[Records contained in a dataset]
________
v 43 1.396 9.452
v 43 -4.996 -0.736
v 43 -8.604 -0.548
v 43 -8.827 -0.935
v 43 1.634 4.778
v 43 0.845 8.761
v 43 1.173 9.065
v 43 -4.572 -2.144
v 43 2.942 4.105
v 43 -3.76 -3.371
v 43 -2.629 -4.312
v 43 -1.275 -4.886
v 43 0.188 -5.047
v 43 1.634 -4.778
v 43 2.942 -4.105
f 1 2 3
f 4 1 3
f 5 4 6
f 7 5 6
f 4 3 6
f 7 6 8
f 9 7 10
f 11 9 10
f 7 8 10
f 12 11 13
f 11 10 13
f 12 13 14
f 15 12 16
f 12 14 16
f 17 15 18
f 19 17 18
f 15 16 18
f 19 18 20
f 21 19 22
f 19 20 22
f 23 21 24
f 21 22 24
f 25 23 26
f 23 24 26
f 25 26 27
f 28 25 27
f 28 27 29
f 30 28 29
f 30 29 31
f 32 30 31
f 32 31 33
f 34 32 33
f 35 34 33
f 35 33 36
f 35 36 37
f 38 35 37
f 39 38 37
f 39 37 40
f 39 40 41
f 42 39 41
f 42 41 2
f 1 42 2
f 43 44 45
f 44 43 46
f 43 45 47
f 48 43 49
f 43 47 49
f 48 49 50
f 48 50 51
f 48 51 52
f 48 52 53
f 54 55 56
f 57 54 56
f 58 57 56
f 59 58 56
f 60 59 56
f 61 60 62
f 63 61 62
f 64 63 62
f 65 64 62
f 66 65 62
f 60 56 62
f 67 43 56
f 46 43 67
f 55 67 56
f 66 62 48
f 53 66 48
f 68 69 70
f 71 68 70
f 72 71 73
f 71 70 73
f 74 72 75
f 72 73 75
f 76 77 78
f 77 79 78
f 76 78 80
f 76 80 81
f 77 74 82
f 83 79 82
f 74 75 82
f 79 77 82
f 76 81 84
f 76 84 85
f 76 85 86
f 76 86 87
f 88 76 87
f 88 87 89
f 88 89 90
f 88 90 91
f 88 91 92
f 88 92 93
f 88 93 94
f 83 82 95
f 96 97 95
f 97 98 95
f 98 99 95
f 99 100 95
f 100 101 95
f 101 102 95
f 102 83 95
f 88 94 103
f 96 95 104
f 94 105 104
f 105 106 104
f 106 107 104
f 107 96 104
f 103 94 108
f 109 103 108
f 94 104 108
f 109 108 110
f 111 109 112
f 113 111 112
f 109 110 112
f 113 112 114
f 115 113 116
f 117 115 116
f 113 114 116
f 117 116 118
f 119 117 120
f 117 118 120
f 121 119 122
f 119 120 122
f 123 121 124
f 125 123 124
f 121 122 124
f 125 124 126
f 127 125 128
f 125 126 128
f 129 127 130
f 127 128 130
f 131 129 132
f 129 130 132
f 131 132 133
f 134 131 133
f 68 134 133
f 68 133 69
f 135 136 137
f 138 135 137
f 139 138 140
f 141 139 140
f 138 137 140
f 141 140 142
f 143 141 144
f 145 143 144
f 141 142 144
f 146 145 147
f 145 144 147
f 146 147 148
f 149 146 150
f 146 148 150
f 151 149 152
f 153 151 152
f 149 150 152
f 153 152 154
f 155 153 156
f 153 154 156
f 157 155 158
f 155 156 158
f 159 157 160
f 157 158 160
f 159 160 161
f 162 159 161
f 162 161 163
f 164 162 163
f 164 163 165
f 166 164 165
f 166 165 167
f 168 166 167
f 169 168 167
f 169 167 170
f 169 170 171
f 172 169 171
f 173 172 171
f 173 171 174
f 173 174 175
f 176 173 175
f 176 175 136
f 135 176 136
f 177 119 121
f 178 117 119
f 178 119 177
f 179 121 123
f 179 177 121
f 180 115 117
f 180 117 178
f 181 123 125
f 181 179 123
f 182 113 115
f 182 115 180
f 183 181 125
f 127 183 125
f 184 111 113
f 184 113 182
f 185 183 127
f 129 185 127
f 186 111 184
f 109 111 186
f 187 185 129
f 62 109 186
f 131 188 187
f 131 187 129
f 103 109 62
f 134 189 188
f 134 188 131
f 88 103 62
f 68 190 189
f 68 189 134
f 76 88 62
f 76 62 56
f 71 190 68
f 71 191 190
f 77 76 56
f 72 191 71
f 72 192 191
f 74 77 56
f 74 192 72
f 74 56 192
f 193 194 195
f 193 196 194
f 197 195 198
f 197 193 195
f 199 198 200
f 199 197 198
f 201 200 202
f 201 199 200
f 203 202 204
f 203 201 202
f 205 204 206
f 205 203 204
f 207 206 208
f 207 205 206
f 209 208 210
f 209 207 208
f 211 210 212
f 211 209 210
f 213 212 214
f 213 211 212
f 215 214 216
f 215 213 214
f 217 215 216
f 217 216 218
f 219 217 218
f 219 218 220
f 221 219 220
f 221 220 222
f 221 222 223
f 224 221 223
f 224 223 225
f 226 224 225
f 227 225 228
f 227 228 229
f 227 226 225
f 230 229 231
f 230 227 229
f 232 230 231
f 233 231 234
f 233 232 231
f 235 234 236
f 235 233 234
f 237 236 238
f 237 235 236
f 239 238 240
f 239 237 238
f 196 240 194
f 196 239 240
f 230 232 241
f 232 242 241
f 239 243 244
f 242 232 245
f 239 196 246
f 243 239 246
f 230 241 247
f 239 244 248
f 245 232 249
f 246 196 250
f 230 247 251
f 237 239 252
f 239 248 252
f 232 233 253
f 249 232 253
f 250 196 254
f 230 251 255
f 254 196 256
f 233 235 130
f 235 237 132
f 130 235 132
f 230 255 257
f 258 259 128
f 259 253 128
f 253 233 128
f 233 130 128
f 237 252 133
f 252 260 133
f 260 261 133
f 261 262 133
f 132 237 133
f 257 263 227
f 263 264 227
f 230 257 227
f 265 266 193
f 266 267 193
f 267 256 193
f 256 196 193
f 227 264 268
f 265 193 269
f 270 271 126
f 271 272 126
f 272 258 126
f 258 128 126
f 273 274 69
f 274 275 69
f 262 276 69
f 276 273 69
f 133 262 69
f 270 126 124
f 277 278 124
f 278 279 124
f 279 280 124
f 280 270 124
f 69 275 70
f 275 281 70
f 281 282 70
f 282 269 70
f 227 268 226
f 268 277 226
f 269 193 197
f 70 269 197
________
## Exercise details
Restate each of the records exactly, leaving nothing out.

## Finished task
v 43 1.396 9.452
v 43 -4.996 -0.736
v 43 -8.604 -0.548
v 43 -8.827 -0.935
v 43 1.634 4.778
v 43 0.845 8.761
v 43 1.173 9.065
v 43 -4.572 -2.144
v 43 2.942 4.105
v 43 -3.76 -3.371
v 43 -2.629 -4.312
v 43 -1.275 -4.886
v 43 0.188 -5.047
v 43 1.634 -4.778
v 43 2.942 -4.105
f 1 2 3
f 4 1 3
f 5 4 6
f 7 5 6
f 4 3 6
f 7 6 8
f 9 7 10
f 11 9 10
f 7 8 10
f 12 11 13
f 11 10 13
f 12 13 14
f 15 12 16
f 12 14 16
f 17 15 18
f 19 17 18
f 15 16 18
f 19 18 20
f 21 19 22
f 19 20 22
f 23 21 24
f 21 22 24
f 25 23 26
f 23 24 26
f 25 26 27
f 28 25 27
f 28 27 29
f 30 28 29
f 30 29 31
f 32 30 31
f 32 31 33
f 34 32 33
f 35 34 33
f 35 33 36
f 35 36 37
f 38 35 37
f 39 38 37
f 39 37 40
f 39 40 41
f 42 39 41
f 42 41 2
f 1 42 2
f 43 44 45
f 44 43 46
f 43 45 47
f 48 43 49
f 43 47 49
f 48 49 50
f 48 50 51
f 48 51 52
f 48 52 53
f 54 55 56
f 57 54 56
f 58 57 56
f 59 58 56
f 60 59 56
f 61 60 62
f 63 61 62
f 64 63 62
f 65 64 62
f 66 65 62
f 60 56 62
f 67 43 56
f 46 43 67
f 55 67 56
f 66 62 48
f 53 66 48
f 68 69 70
f 71 68 70
f 72 71 73
f 71 70 73
f 74 72 75
f 72 73 75
f 76 77 78
f 77 79 78
f 76 78 80
f 76 80 81
f 77 74 82
f 83 79 82
f 74 75 82
f 79 77 82
f 76 81 84
f 76 84 85
f 76 85 86
f 76 86 87
f 88 76 87
f 88 87 89
f 88 89 90
f 88 90 91
f 88 91 92
f 88 92 93
f 88 93 94
f 83 82 95
f 96 97 95
f 97 98 95
f 98 99 95
f 99 100 95
f 100 101 95
f 101 102 95
f 102 83 95
f 88 94 103
f 96 95 104
f 94 105 104
f 105 106 104
f 106 107 104
f 107 96 104
f 103 94 108
f 109 103 108
f 94 104 108
f 109 108 110
f 111 109 112
f 113 111 112
f 109 110 112
f 113 112 114
f 115 113 116
f 117 115 116
f 113 114 116
f 117 116 118
f 119 117 120
f 117 118 120
f 121 119 122
f 119 120 122
f 123 121 124
f 125 123 124
f 121 122 124
f 125 124 126
f 127 125 128
f 125 126 128
f 129 127 130
f 127 128 130
f 131 129 132
f 129 130 132
f 131 132 133
f 134 131 133
f 68 134 133
f 68 133 69
f 135 136 137
f 138 135 137
f 139 138 140
f 141 139 140
f 138 137 140
f 141 140 142
f 143 141 144
f 145 143 144
f 141 142 144
f 146 145 147
f 145 144 147
f 146 147 148
f 149 146 150
f 146 148 150
f 151 149 152
f 153 151 152
f 149 150 152
f 153 152 154
f 155 153 156
f 153 154 156
f 157 155 158
f 155 156 158
f 159 157 160
f 157 158 160
f 159 160 161
f 162 159 161
f 162 161 163
f 164 162 163
f 164 163 165
f 166 164 165
f 166 165 167
f 168 166 167
f 169 168 167
f 169 167 170
f 169 170 171
f 172 169 171
f 173 172 171
f 173 171 174
f 173 174 175
f 176 173 175
f 176 175 136
f 135 176 136
f 177 119 121
f 178 117 119
f 178 119 177
f 179 121 123
f 179 177 121
f 180 115 117
f 180 117 178
f 181 123 125
f 181 179 123
f 182 113 115
f 182 115 180
f 183 181 125
f 127 183 125
f 184 111 113
f 184 113 182
f 185 183 127
f 129 185 127
f 186 111 184
f 109 111 186
f 187 185 129
f 62 109 186
f 131 188 187
f 131 187 129
f 103 109 62
f 134 189 188
f 134 188 131
f 88 103 62
f 68 190 189
f 68 189 134
f 76 88 62
f 76 62 56
f 71 190 68
f 71 191 190
f 77 76 56
f 72 191 71
f 72 192 191
f 74 77 56
f 74 192 72
f 74 56 192
f 193 194 195
f 193 196 194
f 197 195 198
f 197 193 195
f 199 198 200
f 199 197 198
f 201 200 202
f 201 199 200
f 203 202 204
f 203 201 202
f 205 204 206
f 205 203 204
f 207 206 208
f 207 205 206
f 209 208 210
f 209 207 208
f 211 210 212
f 211 209 210
f 213 212 214
f 213 211 212
f 215 214 216
f 215 213 214
f 217 215 216
f 217 216 218
f 219 217 218
f 219 218 220
f 221 219 220
f 221 220 222
f 221 222 223
f 224 221 223
f 224 223 225
f 226 224 225
f 227 225 228
f 227 228 229
f 227 226 225
f 230 229 231
f 230 227 229
f 232 230 231
f 233 231 234
f 233 232 231
f 235 234 236
f 235 233 234
f 237 236 238
f 237 235 236
f 239 238 240
f 239 237 238
f 196 240 194
f 196 239 240
f 230 232 241
f 232 242 241
f 239 243 244
f 242 232 245
f 239 196 246
f 243 239 246
f 230 241 247
f 239 244 248
f 245 232 249
f 246 196 250
f 230 247 251
f 237 239 252
f 239 248 252
f 232 233 253
f 249 232 253
f 250 196 254
f 230 251 255
f 254 196 256
f 233 235 130
f 235 237 132
f 130 235 132
f 230 255 257
f 258 259 128
f 259 253 128
f 253 233 128
f 233 130 128
f 237 252 133
f 252 260 133
f 260 261 133
f 261 262 133
f 132 237 133
f 257 263 227
f 263 264 227
f 230 257 227
f 265 266 193
f 266 267 193
f 267 256 193
f 256 196 193
f 227 264 268
f 265 193 269
f 270 271 126
f 271 272 126
f 272 258 126
f 258 128 126
f 273 274 69
f 274 275 69
f 262 276 69
f 276 273 69
f 133 262 69
f 270 126 124
f 277 278 124
f 278 279 124
f 279 280 124
f 280 270 124
f 69 275 70
f 275 281 70
f 281 282 70
f 282 269 70
f 227 268 226
f 268 277 226
f 269 193 197
f 70 269 197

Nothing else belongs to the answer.